======== INFORMATION GIVEN

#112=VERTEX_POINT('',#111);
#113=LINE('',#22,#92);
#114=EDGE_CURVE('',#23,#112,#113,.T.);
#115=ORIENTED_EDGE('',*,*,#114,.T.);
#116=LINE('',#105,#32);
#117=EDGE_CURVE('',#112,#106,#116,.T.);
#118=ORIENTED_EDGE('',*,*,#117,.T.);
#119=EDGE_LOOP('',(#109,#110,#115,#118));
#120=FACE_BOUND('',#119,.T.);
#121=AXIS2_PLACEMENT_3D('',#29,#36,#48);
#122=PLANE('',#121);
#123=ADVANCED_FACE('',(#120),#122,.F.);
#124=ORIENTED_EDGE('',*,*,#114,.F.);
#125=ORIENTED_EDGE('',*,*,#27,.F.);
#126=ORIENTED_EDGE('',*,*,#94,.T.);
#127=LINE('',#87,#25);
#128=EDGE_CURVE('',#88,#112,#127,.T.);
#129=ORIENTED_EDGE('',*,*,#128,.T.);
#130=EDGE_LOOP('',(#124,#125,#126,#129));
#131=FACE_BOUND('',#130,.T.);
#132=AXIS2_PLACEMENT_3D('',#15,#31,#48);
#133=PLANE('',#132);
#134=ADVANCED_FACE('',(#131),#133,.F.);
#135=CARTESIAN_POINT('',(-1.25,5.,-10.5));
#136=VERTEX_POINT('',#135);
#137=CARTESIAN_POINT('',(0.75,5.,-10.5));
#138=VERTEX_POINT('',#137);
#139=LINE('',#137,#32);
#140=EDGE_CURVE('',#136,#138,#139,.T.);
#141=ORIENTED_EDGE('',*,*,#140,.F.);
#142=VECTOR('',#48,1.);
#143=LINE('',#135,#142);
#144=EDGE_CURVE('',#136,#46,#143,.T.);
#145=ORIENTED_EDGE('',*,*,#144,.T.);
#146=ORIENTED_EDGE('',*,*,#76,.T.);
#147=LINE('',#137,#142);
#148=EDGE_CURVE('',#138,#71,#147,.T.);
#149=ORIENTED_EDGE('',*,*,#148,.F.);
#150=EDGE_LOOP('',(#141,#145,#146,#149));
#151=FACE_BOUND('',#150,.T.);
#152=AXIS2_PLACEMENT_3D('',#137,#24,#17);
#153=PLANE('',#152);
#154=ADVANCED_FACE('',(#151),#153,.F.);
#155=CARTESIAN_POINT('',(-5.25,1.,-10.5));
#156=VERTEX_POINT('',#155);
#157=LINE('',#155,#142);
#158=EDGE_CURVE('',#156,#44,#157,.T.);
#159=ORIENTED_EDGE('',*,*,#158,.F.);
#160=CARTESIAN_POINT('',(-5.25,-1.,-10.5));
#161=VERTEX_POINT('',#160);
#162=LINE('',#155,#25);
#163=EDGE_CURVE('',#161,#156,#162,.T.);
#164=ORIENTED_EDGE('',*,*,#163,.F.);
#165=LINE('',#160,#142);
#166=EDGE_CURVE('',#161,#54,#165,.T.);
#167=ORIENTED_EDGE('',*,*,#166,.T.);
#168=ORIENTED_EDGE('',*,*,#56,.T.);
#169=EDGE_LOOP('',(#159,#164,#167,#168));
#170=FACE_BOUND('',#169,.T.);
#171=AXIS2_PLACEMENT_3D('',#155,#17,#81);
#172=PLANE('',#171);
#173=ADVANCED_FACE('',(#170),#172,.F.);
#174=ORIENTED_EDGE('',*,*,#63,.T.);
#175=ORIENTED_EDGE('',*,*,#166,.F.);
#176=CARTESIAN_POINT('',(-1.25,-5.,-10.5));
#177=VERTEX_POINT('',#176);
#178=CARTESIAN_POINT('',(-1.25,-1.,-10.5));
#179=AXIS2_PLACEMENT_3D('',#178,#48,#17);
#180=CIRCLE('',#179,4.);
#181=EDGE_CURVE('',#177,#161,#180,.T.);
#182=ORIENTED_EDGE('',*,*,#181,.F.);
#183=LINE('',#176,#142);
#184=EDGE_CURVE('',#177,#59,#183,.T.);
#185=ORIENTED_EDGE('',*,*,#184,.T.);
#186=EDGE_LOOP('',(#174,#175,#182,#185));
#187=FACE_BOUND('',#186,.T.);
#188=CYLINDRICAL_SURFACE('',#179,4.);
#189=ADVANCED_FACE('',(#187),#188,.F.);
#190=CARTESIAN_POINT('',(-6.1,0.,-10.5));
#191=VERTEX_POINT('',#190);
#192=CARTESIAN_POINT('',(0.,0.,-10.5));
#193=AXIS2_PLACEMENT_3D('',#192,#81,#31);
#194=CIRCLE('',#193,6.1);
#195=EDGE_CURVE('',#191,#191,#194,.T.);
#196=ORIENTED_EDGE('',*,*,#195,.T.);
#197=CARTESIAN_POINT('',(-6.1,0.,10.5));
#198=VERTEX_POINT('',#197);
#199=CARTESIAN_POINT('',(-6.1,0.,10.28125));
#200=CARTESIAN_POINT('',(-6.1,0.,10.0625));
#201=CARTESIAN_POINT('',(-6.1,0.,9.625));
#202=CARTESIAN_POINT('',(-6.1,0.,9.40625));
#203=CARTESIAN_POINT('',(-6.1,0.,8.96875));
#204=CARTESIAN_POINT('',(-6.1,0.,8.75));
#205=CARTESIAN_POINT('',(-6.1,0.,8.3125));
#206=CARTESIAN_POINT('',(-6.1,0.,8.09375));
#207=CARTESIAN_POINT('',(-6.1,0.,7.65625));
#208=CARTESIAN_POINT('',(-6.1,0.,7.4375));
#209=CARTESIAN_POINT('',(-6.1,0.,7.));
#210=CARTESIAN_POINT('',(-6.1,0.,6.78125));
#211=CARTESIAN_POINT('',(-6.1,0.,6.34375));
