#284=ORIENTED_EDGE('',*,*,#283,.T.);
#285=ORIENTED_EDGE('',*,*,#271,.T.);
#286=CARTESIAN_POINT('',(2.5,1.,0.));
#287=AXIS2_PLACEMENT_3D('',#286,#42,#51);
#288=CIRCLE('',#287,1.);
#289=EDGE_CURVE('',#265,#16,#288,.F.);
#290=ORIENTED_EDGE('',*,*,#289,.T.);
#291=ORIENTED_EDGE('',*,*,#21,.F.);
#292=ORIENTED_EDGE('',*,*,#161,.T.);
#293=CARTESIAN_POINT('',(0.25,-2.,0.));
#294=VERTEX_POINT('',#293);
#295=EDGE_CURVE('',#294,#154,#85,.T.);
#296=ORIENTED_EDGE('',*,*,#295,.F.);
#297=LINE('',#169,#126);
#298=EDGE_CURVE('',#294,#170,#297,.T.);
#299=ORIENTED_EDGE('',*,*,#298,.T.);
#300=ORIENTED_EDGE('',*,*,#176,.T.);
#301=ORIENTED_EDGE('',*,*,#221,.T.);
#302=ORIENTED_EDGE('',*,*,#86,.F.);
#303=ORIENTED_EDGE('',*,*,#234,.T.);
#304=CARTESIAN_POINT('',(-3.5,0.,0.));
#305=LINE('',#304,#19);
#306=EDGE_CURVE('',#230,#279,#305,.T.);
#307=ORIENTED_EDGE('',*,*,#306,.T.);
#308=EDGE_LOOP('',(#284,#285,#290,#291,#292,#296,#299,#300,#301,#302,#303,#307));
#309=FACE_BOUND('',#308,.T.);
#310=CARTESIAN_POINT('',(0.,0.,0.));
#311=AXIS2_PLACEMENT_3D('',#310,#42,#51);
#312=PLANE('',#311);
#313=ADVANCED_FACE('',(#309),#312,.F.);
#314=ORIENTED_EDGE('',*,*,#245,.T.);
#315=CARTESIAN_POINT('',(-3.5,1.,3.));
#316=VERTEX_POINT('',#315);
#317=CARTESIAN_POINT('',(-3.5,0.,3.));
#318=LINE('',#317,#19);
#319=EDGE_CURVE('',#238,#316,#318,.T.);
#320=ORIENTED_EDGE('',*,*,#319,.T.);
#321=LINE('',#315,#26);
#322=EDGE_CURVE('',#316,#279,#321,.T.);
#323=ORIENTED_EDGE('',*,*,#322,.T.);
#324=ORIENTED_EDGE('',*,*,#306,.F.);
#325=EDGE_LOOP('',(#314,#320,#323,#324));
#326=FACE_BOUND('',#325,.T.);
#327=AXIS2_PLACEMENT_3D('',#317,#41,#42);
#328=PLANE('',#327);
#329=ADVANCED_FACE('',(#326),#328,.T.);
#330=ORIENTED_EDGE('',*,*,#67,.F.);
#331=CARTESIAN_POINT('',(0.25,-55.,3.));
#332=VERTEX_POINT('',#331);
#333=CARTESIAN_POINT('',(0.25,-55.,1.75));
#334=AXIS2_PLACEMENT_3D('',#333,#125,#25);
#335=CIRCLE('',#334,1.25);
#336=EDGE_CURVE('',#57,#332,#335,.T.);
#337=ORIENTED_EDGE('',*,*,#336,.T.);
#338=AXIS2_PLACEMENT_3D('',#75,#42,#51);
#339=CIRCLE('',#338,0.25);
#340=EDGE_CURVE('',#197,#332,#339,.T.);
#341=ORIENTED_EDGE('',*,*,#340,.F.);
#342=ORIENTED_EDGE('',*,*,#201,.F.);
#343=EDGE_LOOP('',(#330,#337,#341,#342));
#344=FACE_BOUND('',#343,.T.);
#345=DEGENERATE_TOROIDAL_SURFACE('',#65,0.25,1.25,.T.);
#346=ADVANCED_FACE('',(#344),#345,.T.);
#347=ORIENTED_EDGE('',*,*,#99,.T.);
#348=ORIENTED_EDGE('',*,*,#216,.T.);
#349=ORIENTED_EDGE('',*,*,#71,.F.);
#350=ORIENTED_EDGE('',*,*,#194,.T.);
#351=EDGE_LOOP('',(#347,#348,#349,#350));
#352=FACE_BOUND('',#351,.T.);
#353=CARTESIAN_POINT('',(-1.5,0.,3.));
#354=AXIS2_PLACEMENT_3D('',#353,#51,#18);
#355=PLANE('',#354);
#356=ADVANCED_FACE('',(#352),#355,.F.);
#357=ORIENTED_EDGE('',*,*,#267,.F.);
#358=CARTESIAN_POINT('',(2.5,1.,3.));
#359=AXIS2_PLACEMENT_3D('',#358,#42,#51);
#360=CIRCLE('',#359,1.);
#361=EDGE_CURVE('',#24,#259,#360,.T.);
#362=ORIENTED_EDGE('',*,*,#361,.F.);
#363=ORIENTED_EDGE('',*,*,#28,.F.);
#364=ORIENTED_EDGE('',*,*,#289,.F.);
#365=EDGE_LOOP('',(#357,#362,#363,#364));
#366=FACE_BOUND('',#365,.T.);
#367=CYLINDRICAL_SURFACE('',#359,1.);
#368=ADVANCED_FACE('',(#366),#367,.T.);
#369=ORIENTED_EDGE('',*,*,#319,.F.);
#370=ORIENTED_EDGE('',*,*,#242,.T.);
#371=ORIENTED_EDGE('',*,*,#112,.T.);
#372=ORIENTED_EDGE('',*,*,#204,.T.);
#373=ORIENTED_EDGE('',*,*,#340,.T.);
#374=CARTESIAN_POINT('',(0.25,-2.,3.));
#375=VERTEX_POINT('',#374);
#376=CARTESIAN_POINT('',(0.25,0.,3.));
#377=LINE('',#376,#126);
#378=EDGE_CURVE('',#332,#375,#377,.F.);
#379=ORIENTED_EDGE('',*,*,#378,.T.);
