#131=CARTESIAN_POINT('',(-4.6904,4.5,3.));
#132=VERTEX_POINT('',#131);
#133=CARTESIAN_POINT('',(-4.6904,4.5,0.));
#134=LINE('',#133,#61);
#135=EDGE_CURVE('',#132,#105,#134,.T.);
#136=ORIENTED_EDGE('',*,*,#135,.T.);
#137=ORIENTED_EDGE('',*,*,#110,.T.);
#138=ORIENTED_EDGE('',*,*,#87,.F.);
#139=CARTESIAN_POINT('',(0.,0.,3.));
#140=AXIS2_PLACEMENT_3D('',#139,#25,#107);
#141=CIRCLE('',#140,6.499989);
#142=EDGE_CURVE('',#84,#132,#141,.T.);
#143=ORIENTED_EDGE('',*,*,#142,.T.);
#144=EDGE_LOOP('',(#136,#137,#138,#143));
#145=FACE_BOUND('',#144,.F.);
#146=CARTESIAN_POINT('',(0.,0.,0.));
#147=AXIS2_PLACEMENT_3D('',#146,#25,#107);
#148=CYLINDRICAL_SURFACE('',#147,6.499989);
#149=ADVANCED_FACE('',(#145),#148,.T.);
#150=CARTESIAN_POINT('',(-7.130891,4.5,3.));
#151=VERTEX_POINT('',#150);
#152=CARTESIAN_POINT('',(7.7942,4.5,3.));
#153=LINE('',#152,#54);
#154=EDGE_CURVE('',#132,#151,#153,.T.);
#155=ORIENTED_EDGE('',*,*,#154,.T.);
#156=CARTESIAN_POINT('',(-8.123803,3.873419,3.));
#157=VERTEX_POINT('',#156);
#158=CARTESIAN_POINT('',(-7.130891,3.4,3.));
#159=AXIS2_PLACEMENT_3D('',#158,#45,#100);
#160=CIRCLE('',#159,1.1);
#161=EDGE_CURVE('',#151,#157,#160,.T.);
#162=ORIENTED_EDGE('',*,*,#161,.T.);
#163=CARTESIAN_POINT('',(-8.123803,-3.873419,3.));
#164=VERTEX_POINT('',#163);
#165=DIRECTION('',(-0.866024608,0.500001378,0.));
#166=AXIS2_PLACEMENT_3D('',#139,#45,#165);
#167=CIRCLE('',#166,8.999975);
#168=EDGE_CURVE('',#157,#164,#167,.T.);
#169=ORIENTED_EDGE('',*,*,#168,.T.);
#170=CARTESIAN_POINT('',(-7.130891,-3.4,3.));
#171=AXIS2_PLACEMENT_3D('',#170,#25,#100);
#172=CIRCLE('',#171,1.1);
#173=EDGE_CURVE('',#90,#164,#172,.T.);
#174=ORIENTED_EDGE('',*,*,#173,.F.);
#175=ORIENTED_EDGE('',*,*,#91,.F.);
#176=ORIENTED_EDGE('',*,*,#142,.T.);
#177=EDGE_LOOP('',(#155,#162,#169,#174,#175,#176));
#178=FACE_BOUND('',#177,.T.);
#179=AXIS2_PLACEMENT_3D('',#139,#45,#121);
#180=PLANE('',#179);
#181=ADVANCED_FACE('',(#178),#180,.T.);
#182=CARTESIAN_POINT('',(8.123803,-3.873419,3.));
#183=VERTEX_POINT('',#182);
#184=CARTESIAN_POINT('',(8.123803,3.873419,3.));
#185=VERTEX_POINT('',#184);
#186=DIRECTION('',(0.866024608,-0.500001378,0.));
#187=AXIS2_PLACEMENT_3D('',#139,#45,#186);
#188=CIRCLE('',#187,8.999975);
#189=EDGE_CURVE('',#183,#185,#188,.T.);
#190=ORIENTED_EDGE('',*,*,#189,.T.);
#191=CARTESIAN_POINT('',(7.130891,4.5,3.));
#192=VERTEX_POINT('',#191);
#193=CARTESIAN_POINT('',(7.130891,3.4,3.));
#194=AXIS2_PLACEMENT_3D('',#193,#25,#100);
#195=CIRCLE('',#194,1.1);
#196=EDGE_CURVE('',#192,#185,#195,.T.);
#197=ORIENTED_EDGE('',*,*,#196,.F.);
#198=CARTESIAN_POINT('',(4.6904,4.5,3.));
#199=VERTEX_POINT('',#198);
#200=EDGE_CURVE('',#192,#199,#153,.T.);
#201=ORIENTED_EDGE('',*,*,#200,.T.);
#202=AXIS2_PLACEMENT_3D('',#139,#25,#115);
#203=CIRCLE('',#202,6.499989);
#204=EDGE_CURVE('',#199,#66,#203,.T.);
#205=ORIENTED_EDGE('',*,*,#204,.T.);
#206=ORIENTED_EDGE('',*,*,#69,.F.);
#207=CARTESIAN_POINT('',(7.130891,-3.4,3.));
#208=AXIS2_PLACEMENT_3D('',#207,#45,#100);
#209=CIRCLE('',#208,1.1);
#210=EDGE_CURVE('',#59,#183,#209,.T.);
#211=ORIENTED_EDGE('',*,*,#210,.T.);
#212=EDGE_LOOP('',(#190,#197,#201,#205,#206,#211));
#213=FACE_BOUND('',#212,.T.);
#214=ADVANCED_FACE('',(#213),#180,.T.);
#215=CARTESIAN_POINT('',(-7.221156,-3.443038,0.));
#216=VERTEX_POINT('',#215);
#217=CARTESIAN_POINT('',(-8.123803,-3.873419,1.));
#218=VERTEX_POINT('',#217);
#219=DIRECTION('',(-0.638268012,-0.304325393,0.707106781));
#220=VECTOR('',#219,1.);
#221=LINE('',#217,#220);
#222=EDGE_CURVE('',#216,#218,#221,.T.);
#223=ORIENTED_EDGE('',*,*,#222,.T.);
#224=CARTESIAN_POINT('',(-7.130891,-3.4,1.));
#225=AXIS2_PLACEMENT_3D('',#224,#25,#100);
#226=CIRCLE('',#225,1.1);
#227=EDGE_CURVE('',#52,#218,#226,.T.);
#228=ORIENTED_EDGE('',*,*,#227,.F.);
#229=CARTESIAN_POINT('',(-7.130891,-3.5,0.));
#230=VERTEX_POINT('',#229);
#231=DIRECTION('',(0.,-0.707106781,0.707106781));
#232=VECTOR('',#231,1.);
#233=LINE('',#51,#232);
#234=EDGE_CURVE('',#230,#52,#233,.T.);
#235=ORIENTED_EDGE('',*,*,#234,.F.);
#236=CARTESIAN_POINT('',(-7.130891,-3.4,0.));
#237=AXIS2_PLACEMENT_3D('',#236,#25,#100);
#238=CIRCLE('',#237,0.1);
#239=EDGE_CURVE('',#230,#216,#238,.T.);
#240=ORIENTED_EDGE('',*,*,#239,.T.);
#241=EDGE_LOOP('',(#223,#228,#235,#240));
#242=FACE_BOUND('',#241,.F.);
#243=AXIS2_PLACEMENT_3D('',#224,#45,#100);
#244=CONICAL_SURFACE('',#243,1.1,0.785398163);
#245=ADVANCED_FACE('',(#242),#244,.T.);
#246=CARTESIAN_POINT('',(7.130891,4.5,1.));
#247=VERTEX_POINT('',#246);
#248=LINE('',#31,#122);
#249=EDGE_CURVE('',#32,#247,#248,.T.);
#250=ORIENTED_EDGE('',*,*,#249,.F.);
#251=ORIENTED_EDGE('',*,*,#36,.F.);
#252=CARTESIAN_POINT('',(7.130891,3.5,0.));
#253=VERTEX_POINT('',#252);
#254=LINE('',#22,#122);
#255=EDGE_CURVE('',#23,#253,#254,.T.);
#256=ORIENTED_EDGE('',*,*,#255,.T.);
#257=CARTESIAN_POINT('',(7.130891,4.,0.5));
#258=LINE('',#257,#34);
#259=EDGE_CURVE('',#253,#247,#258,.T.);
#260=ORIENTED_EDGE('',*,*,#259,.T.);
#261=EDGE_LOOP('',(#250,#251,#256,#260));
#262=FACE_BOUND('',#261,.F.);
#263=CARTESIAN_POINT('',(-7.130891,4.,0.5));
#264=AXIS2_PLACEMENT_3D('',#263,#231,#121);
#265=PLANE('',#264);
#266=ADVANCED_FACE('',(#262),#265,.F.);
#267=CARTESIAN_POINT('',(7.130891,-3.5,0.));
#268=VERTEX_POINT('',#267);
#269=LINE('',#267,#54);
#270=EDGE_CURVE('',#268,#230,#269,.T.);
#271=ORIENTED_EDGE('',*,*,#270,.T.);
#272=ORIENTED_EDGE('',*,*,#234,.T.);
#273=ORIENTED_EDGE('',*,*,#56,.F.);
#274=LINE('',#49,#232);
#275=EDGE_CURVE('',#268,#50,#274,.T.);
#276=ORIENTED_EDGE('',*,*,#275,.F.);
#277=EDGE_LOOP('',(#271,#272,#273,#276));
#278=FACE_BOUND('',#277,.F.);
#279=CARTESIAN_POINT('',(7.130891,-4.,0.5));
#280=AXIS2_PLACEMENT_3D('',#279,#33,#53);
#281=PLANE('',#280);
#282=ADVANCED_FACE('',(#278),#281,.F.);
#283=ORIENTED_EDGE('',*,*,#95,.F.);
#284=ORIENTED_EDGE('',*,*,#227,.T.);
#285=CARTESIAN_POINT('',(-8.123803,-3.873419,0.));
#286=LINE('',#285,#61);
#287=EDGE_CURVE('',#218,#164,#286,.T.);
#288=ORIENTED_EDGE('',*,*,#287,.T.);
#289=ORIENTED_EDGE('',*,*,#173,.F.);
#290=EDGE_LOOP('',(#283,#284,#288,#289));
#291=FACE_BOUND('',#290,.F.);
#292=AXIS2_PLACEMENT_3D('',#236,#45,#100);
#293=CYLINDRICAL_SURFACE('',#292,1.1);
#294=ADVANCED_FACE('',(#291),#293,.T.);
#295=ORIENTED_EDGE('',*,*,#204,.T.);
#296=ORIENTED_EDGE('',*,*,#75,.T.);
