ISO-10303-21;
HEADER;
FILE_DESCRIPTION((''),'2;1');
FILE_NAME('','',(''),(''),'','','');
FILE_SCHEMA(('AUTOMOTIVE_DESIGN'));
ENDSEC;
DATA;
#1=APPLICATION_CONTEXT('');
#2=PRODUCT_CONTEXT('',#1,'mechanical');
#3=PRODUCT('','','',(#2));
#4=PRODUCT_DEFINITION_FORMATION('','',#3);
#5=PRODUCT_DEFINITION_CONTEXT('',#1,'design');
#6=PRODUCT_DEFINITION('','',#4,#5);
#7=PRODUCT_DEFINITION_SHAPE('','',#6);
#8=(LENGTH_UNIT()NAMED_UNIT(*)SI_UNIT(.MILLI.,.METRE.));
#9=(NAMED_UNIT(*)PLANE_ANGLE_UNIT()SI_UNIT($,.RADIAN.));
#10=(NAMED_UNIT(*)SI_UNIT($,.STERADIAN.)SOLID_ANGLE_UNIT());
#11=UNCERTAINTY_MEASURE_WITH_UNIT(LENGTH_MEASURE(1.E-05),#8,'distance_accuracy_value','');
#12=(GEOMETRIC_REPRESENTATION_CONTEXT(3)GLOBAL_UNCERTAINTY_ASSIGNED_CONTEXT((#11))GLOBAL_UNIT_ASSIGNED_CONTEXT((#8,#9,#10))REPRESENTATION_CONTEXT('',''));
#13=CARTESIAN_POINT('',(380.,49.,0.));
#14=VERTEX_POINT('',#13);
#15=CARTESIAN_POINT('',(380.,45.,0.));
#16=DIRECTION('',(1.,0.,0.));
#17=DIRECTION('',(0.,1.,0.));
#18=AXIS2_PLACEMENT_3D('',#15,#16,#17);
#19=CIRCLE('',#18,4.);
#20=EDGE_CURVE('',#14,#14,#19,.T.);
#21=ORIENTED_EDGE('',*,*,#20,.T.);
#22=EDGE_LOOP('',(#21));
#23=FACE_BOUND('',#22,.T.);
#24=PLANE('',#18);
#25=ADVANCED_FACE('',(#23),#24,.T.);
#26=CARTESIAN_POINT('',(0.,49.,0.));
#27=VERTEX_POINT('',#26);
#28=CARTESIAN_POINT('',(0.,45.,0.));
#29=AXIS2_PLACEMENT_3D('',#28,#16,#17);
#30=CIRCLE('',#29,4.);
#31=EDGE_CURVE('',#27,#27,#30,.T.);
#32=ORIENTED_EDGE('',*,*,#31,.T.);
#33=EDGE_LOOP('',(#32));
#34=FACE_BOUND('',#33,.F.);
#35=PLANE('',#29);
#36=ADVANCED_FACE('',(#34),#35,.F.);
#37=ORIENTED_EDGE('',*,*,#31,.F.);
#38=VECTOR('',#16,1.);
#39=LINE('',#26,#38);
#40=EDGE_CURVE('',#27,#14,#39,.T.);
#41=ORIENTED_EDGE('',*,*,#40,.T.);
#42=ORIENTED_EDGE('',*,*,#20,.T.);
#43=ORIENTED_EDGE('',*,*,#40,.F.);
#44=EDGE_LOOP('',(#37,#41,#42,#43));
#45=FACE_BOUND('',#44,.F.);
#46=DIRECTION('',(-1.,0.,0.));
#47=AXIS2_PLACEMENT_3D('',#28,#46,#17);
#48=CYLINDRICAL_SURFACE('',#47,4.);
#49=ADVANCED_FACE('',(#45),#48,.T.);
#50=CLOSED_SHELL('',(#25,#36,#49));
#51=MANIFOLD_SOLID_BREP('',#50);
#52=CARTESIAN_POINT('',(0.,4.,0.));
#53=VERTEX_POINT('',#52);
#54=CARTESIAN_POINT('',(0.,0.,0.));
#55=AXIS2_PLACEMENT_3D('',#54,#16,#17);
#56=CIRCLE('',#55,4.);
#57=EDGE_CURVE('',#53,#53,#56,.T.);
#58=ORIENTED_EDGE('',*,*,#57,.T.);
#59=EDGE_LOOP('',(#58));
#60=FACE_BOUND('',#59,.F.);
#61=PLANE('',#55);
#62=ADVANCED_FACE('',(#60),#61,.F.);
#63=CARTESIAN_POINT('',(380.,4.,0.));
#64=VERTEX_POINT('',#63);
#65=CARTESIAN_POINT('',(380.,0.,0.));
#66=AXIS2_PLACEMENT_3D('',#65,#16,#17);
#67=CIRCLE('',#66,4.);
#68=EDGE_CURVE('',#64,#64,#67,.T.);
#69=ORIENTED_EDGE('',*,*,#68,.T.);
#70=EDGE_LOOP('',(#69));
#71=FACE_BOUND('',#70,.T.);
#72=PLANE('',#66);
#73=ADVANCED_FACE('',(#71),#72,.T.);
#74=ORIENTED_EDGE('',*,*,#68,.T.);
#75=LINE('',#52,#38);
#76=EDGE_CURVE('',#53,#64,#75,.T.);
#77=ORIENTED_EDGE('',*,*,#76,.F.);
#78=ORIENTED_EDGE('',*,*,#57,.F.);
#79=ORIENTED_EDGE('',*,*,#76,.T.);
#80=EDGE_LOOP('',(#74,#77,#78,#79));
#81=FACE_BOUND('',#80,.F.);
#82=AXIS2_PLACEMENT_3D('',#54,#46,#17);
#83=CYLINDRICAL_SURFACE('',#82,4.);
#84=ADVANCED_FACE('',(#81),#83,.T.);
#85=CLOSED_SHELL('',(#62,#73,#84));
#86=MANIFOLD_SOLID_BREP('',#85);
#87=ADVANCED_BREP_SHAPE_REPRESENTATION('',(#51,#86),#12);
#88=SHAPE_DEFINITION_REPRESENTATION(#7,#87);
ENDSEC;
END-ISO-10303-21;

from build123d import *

# Parameters (mm, degrees)
F0_R     = 4
F1_DEPTH = 380


with BuildPart() as f1:
    # F0 (on Right) → F1 (new body)
    with BuildSketch(Plane.YZ):
        Circle(F0_R)
        with Locations((45, 0)):
            Circle(F0_R)
    extrude(amount=F1_DEPTH)


solid = f1.part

================

Word for word, set down the lines from the beginning of the records through the line that holds "#121=AXIS2_PLACEMENT_3D('',#29,#36,#48);". Leave out the rest.

#112=VERTEX_POINT('',#111);
#113=LINE('',#22,#92);
#114=EDGE_CURVE('',#23,#112,#113,.T.);
#115=ORIENTED_EDGE('',*,*,#114,.T.);
#116=LINE('',#105,#32);
#117=EDGE_CURVE('',#112,#106,#116,.T.);
#118=ORIENTED_EDGE('',*,*,#117,.T.);
#119=EDGE_LOOP('',(#109,#110,#115,#118));
#120=FACE_BOUND('',#119,.T.);
#121=AXIS2_PLACEMENT_3D('',#29,#36,#48);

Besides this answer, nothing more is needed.